An approach for estimating haplotype diversity from sequences with unequal lengths

1. Genetic diversity is an essential component of biodiversity. Developing robust quantification methods is critically important in depicting the genetic diversity underlying the geographical distributions of species, especially for the sequence data with unequal lengths. 2. Traditional calculation of genetic diversity depends on sequences of equal length. However, many homologous sequences downloaded from online repositories vary in length, posing a significant challenge to quantify the genetic diversity, especially haplotype diversity. We developed a new approach independent of sequence length by applying the same parameters used in calculating nucleotide diversity to estimate haplotype diversity. We compared this novel approach with the calculations by the program DNAsp, and we used simulation data from terrestrial vertebrates (birds, mammals and amphibians) and Homo sapiens to validate the method's performance. We further applied this approach to explore the global latitudinal gradients of haplotype diversity in amphibians, mammals and birds, and compared the results by traditional methods. 3. The haplotype diversity calculated by our novel approach is consistent with the results from DNAsp.
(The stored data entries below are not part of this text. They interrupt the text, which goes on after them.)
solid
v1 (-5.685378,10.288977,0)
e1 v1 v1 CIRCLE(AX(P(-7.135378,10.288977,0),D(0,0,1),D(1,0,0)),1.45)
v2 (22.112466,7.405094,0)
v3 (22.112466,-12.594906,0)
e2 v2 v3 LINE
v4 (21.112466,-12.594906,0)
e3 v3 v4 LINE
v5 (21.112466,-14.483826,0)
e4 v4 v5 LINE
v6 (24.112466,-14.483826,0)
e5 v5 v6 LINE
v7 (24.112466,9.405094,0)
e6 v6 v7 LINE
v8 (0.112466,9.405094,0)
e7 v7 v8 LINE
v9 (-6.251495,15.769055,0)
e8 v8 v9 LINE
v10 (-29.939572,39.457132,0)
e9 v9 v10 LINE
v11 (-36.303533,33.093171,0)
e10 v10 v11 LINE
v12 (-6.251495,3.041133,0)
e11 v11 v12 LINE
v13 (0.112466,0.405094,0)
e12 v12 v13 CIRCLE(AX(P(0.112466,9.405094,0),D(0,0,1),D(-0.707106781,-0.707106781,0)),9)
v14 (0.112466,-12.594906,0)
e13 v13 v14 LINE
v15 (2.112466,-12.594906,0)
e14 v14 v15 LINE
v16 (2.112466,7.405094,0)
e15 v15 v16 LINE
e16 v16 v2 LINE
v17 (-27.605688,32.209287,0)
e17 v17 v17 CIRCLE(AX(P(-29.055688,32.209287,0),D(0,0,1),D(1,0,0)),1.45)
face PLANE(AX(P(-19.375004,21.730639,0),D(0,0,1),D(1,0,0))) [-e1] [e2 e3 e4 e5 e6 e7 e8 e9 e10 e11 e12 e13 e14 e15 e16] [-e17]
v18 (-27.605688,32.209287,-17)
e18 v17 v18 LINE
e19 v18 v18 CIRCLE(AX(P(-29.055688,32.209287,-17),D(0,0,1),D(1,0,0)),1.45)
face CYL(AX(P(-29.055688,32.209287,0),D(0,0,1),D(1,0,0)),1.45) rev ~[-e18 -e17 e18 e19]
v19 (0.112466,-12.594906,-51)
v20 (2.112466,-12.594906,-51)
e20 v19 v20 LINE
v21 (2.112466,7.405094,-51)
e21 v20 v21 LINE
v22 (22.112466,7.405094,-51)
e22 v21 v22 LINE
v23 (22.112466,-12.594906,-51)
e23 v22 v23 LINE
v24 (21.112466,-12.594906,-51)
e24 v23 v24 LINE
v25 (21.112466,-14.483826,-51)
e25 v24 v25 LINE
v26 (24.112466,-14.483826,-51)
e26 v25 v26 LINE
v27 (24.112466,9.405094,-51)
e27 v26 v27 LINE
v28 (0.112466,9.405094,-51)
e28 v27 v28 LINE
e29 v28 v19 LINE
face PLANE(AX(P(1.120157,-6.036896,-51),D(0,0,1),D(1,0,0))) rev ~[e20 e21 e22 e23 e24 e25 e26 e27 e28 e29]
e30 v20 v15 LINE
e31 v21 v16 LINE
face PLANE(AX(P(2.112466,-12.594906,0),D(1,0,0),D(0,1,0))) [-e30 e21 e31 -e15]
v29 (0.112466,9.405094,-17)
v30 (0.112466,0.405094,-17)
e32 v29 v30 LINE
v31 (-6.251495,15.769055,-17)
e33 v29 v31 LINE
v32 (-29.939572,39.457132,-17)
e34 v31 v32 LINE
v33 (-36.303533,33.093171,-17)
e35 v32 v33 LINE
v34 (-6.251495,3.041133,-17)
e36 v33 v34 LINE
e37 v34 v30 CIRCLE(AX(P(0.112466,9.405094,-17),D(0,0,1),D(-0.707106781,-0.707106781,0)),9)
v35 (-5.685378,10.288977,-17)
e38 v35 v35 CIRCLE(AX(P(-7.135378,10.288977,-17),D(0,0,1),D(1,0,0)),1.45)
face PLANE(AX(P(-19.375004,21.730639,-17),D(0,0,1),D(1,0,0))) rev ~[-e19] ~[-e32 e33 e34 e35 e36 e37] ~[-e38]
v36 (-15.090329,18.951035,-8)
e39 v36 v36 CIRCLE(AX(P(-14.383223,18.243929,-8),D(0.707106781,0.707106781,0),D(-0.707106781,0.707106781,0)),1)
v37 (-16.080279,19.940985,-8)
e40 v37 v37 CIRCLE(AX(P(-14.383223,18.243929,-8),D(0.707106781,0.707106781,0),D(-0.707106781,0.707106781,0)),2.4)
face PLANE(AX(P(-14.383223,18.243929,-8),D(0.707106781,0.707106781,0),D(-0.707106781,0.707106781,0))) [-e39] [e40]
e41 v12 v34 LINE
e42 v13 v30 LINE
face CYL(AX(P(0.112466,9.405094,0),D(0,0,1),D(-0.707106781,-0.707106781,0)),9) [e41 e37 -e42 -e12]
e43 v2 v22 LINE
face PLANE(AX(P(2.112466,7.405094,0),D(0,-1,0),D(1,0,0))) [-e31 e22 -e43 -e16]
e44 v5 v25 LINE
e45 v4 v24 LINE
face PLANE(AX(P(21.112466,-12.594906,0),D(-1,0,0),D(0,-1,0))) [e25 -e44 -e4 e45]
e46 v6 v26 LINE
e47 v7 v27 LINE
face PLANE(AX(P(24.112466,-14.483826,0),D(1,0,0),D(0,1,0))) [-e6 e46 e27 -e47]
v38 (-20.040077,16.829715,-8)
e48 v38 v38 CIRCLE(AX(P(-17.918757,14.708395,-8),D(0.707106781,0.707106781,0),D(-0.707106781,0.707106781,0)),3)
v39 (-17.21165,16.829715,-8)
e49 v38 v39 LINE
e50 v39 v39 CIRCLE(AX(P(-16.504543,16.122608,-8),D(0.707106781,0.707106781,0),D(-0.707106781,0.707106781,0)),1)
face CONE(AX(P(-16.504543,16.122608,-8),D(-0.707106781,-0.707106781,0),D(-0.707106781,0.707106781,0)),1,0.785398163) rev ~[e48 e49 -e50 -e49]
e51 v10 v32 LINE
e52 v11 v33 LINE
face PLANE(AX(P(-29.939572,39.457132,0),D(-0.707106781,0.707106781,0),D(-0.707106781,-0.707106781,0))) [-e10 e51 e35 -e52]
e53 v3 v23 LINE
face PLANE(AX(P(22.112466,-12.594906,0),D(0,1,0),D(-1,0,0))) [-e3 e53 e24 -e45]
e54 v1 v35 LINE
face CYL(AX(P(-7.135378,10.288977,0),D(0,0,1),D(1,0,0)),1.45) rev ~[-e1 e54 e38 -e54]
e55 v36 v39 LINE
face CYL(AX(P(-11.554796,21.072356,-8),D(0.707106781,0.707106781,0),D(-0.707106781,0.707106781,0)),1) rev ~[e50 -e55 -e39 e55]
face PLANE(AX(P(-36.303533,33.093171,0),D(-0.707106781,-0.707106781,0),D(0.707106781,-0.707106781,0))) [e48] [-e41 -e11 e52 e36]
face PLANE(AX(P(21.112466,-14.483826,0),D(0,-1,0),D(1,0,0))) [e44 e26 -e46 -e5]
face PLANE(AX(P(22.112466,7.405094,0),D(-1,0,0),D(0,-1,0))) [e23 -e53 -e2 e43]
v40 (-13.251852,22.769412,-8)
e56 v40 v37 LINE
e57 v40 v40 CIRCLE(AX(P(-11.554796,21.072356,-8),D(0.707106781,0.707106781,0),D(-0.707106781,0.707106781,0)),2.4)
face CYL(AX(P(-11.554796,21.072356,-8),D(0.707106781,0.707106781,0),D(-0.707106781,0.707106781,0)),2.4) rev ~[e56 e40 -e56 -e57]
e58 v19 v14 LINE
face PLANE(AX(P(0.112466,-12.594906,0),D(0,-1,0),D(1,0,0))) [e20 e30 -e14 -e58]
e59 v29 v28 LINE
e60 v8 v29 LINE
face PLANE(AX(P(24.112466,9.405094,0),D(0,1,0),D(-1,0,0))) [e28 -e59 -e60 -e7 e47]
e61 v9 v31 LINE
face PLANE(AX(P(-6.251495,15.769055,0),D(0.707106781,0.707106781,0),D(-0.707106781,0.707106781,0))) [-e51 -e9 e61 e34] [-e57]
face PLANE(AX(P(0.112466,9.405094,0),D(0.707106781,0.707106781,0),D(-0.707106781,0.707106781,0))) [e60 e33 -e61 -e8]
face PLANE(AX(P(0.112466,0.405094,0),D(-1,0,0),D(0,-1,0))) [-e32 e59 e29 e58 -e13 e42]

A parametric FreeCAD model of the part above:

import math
import FreeCAD as App
import Part
import Sketcher


def edges_at(feature, points):
    """Names of the edges that pass closest to the given points."""
    edges = feature.Shape.Edges
    near = lambda p: min(range(len(edges)), key=lambda i: edges[i].distToShape(Part.Vertex(*p))[0])
    return sorted({f"Edge{near(p) + 1}" for p in points})


def add_polygon(sketch, points):
    """Adds a closed chain of lines whose ends are joined by coincident constraints."""
    first, n = sketch.GeometryCount, len(points)
    for a, b in zip(points, points[1:] + points[:1]):
        sketch.addGeometry(Part.LineSegment(App.Vector(*a, 0), App.Vector(*b, 0)), False)
    for i in range(n):
        sketch.addConstraint(Sketcher.Constraint("Coincident", first + i, 2, first + (i + 1) % n, 1))

doc = App.newDocument("Part")
body = doc.addObject("PartDesign::Body", "Body")

# Sketch on XY plane
sketch1 = body.newObject("Sketcher::SketchObject", "Sketch")
sketch1.AttachmentSupport = (doc.getObject("XY_Plane"), [""])
sketch1.MapMode = "FlatFace"
sketch1.addGeometry([
    Part.LineSegment(App.Vector(-36.3, 33.1, 0), App.Vector(-6.3, 3, 0)),  # 0
    Part.ArcOfCircle(Part.Circle(App.Vector(0.1, 9.4, 0), App.Vector(0, 0, 1), 9), math.radians(-135), math.radians(-90)),  # 1
    Part.LineSegment(App.Vector(0.1, 0.4, 0), App.Vector(0.1, -12.6, 0)),  # 2
    Part.LineSegment(App.Vector(0.1, -12.6, 0), App.Vector(2.1, -12.6, 0)),  # 3
    Part.LineSegment(App.Vector(2.1, -12.6, 0), App.Vector(2.1, 7.4, 0)),  # 4
    Part.LineSegment(App.Vector(2.1, 7.4, 0), App.Vector(22.1, 7.4, 0)),  # 5
    Part.LineSegment(App.Vector(22.1, 7.4, 0), App.Vector(22.1, -12.6, 0)),  # 6
    Part.LineSegment(App.Vector(22.1, -12.6, 0), App.Vector(21.1, -12.6, 0)),  # 7
    Part.LineSegment(App.Vector(21.1, -12.6, 0), App.Vector(21.1, -14.5, 0)),  # 8
    Part.LineSegment(App.Vector(21.1, -14.5, 0), App.Vector(24.1, -14.5, 0)),  # 9
    Part.LineSegment(App.Vector(24.1, -14.5, 0), App.Vector(24.1, 9.4, 0)),  # 10
    Part.LineSegment(App.Vector(24.1, 9.4, 0), App.Vector(0.1, 9.4, 0)),  # 11
    Part.LineSegment(App.Vector(0.1, 9.4, 0), App.Vector(-6.3, 15.8, 0)),  # 12
    Part.LineSegment(App.Vector(-6.3, 15.8, 0), App.Vector(-29.9, 39.5, 0)),  # 13
    Part.LineSegment(App.Vector(-29.9, 39.5, 0), App.Vector(-36.3, 33.1, 0)),  # 14
    Part.Circle(App.Vector(-7.1, 10.3, 0), App.Vector(0, 0, 1), 1.4),  # 15
    Part.Circle(App.Vector(-29.1, 32.2, 0), App.Vector(0, 0, 1), 1.4),  # 16
], False)
sketch1.addConstraint([
    Sketcher.Constraint("Tangent", 0, 2, 1, 1),
    Sketcher.Constraint("Coincident", 1, 2, 2, 1),
    Sketcher.Constraint("Coincident", 2, 2, 3, 1),
    Sketcher.Constraint("Coincident", 3, 2, 4, 1),
    Sketcher.Constraint("Coincident", 4, 2, 5, 1),
    Sketcher.Constraint("Coincident", 5, 2, 6, 1),
    Sketcher.Constraint("Coincident", 6, 2, 7, 1),
    Sketcher.Constraint("Coincident", 7, 2, 8, 1),
    Sketcher.Constraint("Coincident", 8, 2, 9, 1),
    Sketcher.Constraint("Coincident", 9, 2, 10, 1),
    Sketcher.Constraint("Coincident", 10, 2, 11, 1),
    Sketcher.Constraint("Coincident", 11, 2, 12, 1),
    Sketcher.Constraint("Coincident", 12, 2, 13, 1),
    Sketcher.Constraint("Coincident", 13, 2, 14, 1),
    Sketcher.Constraint("Coincident", 14, 2, 0, 1),
    Sketcher.Constraint("Vertical", 2),
    Sketcher.Constraint("Horizontal", 3),
    Sketcher.Constraint("Vertical", 4),
    Sketcher.Constraint("Horizontal", 5),
    Sketcher.Constraint("Vertical", 6),
    Sketcher.Constraint("Horizontal", 7),
    Sketcher.Constraint("Vertical", 8),
    Sketcher.Constraint("Horizontal", 9),
    Sketcher.Constraint("Vertical", 10),
    Sketcher.Constraint("Horizontal", 11),
    Sketcher.Constraint("Coincident", 11, 2, 1, 3),
    Sketcher.Constraint("Equal", 15, 16),
    Sketcher.Constraint("Parallel", 0, 12),
    Sketcher.Constraint("Parallel", 12, 13),
    Sketcher.Constraint("Perpendicular", 13, 14),
    Sketcher.Constraint("Horizontal", 3, 2, 6, 2),
    Sketcher.Constraint("Vertical", 2, 2, 11, 2),
    Sketcher.Constraint("Vertical", 0, 2, 12, 2),
    Sketcher.Constraint("Equal", 5, 4),
    Sketcher.Constraint("Equal", 12, 14),
    Sketcher.Constraint("Radius", 1, 9.0),
    Sketcher.Constraint("Diameter", 15, 2.9),
    Sketcher.Constraint("DistanceX", 3, 1, 3, 2, 2.0),
    Sketcher.Constraint("DistanceX", 5, 1, 5, 2, 20.0),
    Sketcher.Constraint("DistanceX", 7, 2, 7, 1, 1.0),
    Sketcher.Constraint("DistanceX", 9, 1, 9, 2, 3.0),
    Sketcher.Constraint("DistanceY", 2, 2, 2, 1, 13.0),
    Sketcher.Constraint("Distance", 0, 42.5),
    Sketcher.Constraint("DistanceY", 8, 2, 8, 1, 1.88892),
    Sketcher.Constraint("DistanceX", 15, 3, -1, 1, 7.135378),
    Sketcher.Constraint("DistanceX", 16, 3, -1, 1, 29.055688),
    Sketcher.Constraint("DistanceX", 13, 2, -1, 1, 29.939572),
    Sketcher.Constraint("DistanceY", -1, 1, 14, 2, 33.093171),
    Sketcher.Constraint("DistanceY", 15, 3, 16, 3, 21.92031),
    Sketcher.Constraint("DistanceY", -1, 1, 15, 3, 10.288977),
])
pad1 = body.newObject("PartDesign::Pad", "Pad")
pad1.Profile = sketch1
pad1.Length = 17
pad1.Reversed = True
The simulations showed that our approach is robust and has a good estimating performance for sequence data with unequal lengths. 4. For the datasets of terrestrial vertebrates and H. sapiens, our approach is capable of estimating haplotype diversity with unequal intraspecific sequence lengths. In contrast to patterns based on traditional methods, we observed different latitudinal patterns of haplotype diversity between the northern and southern hemispheres for terrestrial vertebrates, which is consistent with the updated pattern of nucleotide diversity for mammals. The present work contributes to the development of more precise quantification methods, which may be broadly applied to assessing biogeographical patterns of genetic diversity.